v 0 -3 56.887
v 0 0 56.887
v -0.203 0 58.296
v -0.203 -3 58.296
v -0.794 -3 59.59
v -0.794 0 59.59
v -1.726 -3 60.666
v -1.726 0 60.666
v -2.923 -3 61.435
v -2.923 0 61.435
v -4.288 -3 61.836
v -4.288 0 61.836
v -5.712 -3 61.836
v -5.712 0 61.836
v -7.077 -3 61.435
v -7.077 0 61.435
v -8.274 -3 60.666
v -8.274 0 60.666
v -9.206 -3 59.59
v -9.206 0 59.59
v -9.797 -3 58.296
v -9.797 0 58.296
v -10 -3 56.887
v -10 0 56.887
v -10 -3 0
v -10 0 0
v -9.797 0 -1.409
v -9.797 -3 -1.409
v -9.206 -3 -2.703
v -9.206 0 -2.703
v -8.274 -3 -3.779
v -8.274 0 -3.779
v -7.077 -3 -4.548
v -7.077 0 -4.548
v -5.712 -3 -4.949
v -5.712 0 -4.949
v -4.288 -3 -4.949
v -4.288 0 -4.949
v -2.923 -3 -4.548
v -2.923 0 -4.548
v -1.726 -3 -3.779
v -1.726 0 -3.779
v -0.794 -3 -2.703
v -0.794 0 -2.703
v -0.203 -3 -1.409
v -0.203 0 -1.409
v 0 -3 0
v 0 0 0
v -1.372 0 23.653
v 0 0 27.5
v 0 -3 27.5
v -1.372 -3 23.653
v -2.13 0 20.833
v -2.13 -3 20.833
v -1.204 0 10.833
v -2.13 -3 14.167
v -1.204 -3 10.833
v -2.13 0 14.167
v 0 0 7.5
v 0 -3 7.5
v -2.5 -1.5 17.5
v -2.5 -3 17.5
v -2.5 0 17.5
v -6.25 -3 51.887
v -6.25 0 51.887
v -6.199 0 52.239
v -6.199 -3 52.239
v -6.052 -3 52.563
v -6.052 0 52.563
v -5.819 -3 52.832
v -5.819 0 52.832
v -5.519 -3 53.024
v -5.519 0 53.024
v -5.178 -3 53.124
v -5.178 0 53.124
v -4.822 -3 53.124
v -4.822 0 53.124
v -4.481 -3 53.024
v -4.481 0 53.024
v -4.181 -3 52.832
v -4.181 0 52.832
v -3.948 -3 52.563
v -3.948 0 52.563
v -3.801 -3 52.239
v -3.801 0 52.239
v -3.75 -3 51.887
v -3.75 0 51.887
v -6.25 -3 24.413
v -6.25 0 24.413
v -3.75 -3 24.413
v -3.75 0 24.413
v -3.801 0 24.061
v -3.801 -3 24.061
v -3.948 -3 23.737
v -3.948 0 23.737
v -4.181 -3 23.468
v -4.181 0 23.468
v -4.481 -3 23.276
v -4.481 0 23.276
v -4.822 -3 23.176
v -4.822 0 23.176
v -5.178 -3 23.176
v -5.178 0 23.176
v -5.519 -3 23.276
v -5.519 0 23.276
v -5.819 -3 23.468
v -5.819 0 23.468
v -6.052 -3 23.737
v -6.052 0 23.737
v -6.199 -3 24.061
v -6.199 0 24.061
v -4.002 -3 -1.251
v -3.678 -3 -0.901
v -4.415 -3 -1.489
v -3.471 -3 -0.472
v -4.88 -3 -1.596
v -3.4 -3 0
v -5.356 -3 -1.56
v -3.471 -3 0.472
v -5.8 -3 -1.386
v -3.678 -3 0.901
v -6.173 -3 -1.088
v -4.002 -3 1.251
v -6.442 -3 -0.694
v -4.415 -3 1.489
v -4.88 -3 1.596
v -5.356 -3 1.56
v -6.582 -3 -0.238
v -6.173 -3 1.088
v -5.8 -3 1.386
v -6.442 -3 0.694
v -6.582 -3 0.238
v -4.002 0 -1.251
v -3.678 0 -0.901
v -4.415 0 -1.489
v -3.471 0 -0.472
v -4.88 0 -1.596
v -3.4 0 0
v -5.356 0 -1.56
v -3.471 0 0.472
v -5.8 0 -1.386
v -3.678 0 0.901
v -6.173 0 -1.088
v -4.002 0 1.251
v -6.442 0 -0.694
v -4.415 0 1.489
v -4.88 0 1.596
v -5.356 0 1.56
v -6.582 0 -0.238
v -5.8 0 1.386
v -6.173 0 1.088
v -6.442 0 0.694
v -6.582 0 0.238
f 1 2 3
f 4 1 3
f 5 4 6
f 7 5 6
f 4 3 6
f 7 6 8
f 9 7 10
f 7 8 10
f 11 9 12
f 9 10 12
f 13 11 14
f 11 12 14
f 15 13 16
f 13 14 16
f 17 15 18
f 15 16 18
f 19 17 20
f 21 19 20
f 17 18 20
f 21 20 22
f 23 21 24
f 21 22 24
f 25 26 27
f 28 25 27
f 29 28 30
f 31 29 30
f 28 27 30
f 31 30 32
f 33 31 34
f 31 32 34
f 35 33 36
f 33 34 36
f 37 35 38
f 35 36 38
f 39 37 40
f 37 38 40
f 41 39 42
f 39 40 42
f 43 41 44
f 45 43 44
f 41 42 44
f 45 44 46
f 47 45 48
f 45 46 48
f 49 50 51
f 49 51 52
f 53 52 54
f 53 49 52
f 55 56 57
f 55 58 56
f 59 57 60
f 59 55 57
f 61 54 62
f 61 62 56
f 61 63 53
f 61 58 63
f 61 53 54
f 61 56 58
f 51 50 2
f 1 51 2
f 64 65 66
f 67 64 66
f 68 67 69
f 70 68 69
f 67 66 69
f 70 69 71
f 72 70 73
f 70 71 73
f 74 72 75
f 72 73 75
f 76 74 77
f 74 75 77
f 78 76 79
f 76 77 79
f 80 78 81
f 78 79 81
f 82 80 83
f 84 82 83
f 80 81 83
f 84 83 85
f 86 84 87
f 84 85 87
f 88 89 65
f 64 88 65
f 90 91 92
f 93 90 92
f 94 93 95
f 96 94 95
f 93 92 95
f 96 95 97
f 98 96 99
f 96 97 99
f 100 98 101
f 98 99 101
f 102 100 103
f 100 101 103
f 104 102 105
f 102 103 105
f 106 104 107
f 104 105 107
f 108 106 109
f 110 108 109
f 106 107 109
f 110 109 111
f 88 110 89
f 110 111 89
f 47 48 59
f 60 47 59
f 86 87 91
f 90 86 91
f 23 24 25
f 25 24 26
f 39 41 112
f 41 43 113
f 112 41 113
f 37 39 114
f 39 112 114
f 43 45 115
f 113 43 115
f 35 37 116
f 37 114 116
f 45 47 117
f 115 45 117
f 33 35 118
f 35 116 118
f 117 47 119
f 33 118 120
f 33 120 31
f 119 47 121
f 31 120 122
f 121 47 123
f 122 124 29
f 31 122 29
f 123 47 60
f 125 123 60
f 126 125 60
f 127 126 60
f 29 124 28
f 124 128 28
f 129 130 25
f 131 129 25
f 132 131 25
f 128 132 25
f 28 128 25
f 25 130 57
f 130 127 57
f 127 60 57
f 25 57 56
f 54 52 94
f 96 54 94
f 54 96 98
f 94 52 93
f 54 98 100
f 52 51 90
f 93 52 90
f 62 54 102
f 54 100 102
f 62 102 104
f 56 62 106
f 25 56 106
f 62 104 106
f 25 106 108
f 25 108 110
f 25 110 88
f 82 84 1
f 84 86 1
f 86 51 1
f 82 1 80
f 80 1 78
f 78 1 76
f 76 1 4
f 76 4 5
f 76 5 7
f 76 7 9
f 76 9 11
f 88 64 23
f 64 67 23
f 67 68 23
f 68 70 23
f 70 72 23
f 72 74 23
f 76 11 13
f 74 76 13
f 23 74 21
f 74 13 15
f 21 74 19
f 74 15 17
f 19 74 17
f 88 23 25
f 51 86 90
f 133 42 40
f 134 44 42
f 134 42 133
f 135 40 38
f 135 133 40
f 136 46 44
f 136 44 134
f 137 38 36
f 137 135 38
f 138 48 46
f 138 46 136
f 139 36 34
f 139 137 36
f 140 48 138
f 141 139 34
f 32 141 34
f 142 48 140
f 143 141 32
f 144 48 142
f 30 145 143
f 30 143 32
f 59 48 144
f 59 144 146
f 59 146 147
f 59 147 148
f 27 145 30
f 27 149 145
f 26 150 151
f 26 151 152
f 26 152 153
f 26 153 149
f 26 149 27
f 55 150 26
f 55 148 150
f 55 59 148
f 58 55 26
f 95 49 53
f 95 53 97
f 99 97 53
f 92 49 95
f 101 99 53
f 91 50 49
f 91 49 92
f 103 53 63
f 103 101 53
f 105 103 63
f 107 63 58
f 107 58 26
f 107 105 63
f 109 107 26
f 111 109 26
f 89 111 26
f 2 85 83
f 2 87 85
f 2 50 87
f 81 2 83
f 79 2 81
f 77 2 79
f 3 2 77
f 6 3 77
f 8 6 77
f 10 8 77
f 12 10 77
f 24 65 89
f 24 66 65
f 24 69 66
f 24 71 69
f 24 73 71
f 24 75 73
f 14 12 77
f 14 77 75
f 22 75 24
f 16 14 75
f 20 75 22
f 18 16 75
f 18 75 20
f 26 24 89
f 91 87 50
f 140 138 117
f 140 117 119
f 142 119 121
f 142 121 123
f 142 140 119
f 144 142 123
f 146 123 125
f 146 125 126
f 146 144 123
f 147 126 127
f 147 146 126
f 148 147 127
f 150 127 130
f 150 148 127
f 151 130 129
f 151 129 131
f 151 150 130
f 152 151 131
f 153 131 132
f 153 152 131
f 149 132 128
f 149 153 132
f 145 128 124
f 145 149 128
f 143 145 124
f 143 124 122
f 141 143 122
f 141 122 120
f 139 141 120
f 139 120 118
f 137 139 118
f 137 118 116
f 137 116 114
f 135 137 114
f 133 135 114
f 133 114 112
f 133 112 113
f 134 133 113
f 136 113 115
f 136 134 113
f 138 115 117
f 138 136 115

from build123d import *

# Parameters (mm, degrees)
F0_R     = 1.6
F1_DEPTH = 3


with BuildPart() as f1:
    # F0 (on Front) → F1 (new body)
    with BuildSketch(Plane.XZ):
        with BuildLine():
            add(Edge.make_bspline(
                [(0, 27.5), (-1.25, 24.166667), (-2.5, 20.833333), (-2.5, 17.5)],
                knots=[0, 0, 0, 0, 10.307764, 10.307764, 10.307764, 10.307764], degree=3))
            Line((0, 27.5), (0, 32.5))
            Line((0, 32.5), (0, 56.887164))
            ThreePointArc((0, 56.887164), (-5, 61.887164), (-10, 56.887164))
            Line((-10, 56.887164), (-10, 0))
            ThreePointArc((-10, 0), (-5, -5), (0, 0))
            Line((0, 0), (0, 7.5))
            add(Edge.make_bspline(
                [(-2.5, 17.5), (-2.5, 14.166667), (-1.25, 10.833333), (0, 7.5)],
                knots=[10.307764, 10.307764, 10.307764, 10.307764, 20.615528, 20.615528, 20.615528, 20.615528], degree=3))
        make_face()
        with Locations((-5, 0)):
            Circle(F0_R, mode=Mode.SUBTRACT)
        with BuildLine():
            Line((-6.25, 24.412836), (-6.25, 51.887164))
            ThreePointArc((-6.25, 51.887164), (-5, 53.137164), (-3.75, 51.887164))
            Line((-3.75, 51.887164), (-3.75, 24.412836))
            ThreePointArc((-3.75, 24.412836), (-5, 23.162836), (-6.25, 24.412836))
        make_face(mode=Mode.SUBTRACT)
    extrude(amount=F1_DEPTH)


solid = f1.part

**Work instruction:**
Please copy the lines above from the line with "f 109 107 26" up to and including the line with "f 150 148 127", exactly as written and with nothing else.

**Completed task:**
f 109 107 26
f 111 109 26
f 89 111 26
f 2 85 83
f 2 87 85
f 2 50 87
f 81 2 83
f 79 2 81
f 77 2 79
f 3 2 77
f 6 3 77
f 8 6 77
f 10 8 77
f 12 10 77
f 24 65 89
f 24 66 65
f 24 69 66
f 24 71 69
f 24 73 71
f 24 75 73
f 14 12 77
f 14 77 75
f 22 75 24
f 16 14 75
f 20 75 22
f 18 16 75
f 18 75 20
f 26 24 89
f 91 87 50
f 140 138 117
f 140 117 119
f 142 119 121
f 142 121 123
f 142 140 119
f 144 142 123
f 146 123 125
f 146 125 126
f 146 144 123
f 147 126 127
f 147 146 126
f 148 147 127
f 150 127 130
f 150 148 127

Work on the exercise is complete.